A final piece of Kim Irwin’s presentation that I found interesting was the concept of not blaming the pedestrian for collisions that occur. This challenges our propensity in the medical field to point to a pedestrian’s choices to be irresponsible or drunk when they were injured so badly. According to WalkWays “No matter how you look at the data, every traffic fatality is preventable and unacceptable” because with proper planning and engineering human error can nearly be eliminated. For example, just reducing vehicle speed down from 40 mph by 10 or 20 mph in a collision with a pedestrian you improve mortality 50 and 90%, respectively. “Vision Zero” is a lofty goal to end all pedestrian fatalities adopted in other major metropolitan areas. The city of Indianapolis has not yet committed to this but WalkWays still advocates for city planning to keep safe non-motorized transportation in mind. The side effects of sedentariness and questionable life choices leading to trauma are problems that I cannot easily address quickly in a shift but I can remind myself based off of this talk how we can work to make things better in this city in the long run.

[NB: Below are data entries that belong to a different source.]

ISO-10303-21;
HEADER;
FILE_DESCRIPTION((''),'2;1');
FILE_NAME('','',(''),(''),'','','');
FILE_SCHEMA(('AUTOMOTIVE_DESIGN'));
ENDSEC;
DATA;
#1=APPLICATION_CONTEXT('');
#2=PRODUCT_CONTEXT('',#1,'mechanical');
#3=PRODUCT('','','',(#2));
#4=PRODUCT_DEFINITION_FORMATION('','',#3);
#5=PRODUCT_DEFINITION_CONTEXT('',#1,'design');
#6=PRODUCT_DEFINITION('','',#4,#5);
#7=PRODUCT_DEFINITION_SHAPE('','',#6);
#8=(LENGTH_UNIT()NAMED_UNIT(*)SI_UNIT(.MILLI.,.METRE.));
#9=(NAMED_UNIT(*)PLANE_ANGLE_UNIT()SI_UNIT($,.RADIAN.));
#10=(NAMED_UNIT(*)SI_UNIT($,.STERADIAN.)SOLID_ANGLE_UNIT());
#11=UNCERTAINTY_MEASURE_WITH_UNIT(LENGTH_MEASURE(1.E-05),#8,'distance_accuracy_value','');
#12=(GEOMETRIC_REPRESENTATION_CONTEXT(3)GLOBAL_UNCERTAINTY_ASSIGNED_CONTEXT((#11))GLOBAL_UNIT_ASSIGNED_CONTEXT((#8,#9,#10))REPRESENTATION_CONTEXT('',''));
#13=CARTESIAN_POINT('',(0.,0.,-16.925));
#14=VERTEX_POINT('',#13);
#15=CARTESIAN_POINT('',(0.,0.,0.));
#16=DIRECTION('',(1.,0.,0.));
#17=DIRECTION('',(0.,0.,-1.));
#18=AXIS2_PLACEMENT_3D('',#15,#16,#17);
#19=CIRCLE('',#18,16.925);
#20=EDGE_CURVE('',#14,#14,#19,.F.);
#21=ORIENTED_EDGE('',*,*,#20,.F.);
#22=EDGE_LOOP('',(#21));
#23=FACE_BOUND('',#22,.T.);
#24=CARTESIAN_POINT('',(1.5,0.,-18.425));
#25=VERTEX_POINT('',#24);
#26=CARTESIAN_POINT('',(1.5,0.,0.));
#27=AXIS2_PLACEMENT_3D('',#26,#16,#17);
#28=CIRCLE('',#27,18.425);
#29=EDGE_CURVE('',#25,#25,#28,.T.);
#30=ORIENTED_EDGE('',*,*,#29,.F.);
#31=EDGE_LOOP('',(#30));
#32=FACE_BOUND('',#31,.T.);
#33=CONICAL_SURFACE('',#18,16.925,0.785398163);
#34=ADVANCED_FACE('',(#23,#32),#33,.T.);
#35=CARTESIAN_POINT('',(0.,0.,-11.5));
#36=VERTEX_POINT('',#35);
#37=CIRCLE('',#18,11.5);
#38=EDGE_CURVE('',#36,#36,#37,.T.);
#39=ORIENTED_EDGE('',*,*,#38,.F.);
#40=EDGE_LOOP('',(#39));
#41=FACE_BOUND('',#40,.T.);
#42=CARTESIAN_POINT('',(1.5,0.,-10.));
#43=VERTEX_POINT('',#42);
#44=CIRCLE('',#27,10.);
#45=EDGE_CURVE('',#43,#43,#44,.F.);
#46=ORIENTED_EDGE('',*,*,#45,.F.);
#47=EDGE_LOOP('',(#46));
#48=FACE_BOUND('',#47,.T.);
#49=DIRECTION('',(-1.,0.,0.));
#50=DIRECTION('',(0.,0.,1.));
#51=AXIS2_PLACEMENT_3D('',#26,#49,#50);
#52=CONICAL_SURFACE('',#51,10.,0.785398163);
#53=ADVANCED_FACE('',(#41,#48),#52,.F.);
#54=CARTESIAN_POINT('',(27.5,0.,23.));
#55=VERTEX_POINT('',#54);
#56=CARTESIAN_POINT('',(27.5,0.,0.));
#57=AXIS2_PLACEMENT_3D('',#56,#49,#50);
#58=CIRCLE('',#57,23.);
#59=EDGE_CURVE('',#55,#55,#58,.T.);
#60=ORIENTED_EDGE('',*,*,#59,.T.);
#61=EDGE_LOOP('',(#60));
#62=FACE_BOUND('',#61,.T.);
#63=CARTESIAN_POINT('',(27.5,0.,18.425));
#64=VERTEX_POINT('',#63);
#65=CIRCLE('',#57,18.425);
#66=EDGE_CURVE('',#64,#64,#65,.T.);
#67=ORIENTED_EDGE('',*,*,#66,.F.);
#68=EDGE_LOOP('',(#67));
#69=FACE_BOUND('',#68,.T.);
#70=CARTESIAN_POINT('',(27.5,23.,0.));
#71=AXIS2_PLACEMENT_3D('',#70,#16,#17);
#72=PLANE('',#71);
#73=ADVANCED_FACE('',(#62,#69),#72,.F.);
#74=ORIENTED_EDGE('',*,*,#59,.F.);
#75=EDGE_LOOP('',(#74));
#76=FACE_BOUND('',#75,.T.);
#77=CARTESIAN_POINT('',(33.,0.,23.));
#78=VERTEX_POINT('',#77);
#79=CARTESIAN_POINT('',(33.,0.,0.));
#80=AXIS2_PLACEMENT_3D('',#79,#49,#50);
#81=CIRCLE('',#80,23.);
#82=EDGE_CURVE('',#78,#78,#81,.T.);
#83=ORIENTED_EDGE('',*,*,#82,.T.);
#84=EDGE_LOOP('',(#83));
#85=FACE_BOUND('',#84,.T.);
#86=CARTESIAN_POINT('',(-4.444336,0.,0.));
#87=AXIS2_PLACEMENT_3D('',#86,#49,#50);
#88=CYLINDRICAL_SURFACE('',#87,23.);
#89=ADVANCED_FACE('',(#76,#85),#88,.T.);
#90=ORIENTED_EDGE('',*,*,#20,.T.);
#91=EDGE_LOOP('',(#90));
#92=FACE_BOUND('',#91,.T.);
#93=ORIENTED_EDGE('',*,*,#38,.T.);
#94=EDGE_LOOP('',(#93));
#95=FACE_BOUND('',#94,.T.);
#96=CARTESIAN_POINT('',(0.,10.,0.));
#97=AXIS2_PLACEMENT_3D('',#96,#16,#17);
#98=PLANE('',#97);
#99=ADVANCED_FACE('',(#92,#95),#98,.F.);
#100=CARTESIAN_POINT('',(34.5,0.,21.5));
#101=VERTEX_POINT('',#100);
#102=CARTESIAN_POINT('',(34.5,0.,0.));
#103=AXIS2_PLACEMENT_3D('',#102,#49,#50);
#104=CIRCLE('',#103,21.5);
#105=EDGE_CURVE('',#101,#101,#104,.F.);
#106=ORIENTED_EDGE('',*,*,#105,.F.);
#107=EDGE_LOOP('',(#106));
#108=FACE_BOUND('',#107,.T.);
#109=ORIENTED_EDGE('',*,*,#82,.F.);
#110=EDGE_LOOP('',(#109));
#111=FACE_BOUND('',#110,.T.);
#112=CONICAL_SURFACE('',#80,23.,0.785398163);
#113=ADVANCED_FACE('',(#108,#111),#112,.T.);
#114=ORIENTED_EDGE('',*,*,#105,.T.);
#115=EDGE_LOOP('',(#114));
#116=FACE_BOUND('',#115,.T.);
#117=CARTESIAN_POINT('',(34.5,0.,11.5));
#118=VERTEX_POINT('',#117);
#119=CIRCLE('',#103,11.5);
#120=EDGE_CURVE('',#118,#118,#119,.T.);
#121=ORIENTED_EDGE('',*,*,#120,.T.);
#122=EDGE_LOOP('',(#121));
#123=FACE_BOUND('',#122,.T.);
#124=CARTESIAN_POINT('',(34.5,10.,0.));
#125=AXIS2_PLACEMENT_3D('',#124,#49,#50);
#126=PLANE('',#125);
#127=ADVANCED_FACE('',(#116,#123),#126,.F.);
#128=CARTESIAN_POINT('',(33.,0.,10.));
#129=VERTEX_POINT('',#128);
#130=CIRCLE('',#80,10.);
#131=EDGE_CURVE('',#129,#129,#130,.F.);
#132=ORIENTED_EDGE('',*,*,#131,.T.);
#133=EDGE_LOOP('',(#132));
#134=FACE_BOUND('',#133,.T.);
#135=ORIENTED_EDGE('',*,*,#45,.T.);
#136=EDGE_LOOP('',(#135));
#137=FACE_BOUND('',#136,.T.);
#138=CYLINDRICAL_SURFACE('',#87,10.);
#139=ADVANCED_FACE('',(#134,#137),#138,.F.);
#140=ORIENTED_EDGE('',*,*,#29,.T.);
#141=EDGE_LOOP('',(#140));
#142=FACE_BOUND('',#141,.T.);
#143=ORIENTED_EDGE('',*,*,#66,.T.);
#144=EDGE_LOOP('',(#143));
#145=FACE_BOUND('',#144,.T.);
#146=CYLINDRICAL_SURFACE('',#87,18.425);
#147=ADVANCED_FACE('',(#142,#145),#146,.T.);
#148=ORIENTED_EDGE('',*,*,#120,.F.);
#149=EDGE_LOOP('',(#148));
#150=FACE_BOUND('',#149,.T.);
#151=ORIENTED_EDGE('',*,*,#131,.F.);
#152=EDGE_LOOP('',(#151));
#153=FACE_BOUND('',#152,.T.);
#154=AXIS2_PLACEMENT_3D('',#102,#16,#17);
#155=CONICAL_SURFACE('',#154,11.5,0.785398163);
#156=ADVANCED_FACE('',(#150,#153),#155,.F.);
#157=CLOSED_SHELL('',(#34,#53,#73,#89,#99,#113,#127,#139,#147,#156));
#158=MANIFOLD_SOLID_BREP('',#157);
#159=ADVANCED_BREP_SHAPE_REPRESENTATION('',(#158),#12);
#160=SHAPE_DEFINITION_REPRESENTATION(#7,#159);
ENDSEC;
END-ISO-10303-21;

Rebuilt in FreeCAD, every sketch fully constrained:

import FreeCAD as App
import Part
import Sketcher

V = App.Vector
Q = App.Units.Quantity


def edges_at(feature, points):
    """Names of the edges that pass closest to the given points."""
    edges = feature.Shape.Edges
    near = lambda p: min(range(len(edges)), key=lambda i: edges[i].distToShape(Part.Vertex(*p))[0])
    return sorted({f"Edge{near(p) + 1}" for p in points})


def add_polygon(sketch, points):
    """Adds a closed chain of lines whose ends are joined by coincident constraints."""
    first, n = sketch.GeometryCount, len(points)
    for a, b in zip(points, points[1:] + points[:1]):
        sketch.addGeometry(Part.LineSegment(App.Vector(*a, 0), App.Vector(*b, 0)), False)
    for i in range(n):
        sketch.addConstraint(Sketcher.Constraint("Coincident", first + i, 2, first + (i + 1) % n, 1))

doc = App.newDocument("Part")
body = doc.addObject("PartDesign::Body", "Body")

sketch1 = body.newObject("Sketcher::SketchObject", "Sketch")
sketch1.AttachmentSupport = (doc.getObject("XY_Plane"), [""])
sketch1.MapMode = "FlatFace"
add_polygon(sketch1, [(0, 18.425), (0, 10), (34.5, 10), (34.5, 23), (27.5, 23), (27.5, 18.425)])
sketch1.addConstraint([
    Sketcher.Constraint("Vertical", 0),
    Sketcher.Constraint("Horizontal", 1),
    Sketcher.Constraint("Vertical", 2),
    Sketcher.Constraint("Horizontal", 3),
    Sketcher.Constraint("Vertical", 4),
    Sketcher.Constraint("Horizontal", 5),
    Sketcher.Constraint("PointOnObject", 0, 2, -2),
    Sketcher.Constraint("DistanceX", 3, 2, 3, 1, Q("7 mm")),
    Sketcher.Constraint("DistanceY", 2, 1, 2, 2, Q("13 mm")),
    Sketcher.Constraint("DistanceX", 1, 1, 1, 2, Q("34.5 mm")),
    Sketcher.Constraint("DistanceY", -1, 1, 0, 2, Q("10 mm")),
    Sketcher.Constraint("DistanceY", 0, 2, 0, 1, Q("8.425 mm")),
])
revolution = body.newObject("PartDesign::Revolution", "Revolution")
revolution.Profile = sketch1
revolution.ReferenceAxis = (sketch1, ["H_Axis"])
revolution.Angle = 360
doc.recompute()

chamfer = body.newObject("PartDesign::Chamfer", "Chamfer")
chamfer.Base = (revolution, edges_at(revolution, [
    (0, 0, -18.425),
    (0, 0, -10),
    (34.5, 0, -10),
    (34.5, 0, -23),
]))
chamfer.Size = 1.5

doc.recompute()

I appreciated the chance to attend this talk and lift my head out of the Emergency Department fugue. It reminded me why I was excited to live in my new neighborhood when I moved here. I have absolutely taken advantage of the strides Indy has taken to improve its livability, which are the fruits of investments made years before I ever came here. It re-inspired the nerdy, community oriented, and policy driven part of myself (like Leslie Knope the fictional character in the TV show Parks and Rec). I hope I can participate in Indy WalkWays events that may happen this spring. I reflected on the fact that especially in the Emergency department where our empathy and patience is continually stretched, judgment and blame will sometimes creep into the background of my impression of patients and the societal issues they deal with are often complex and beyond their control. I could probably not walk a day in the shoes of many of my difficult patients’ lives so I’m thankful that an Indy group like Health By Design exists to make this walk easier.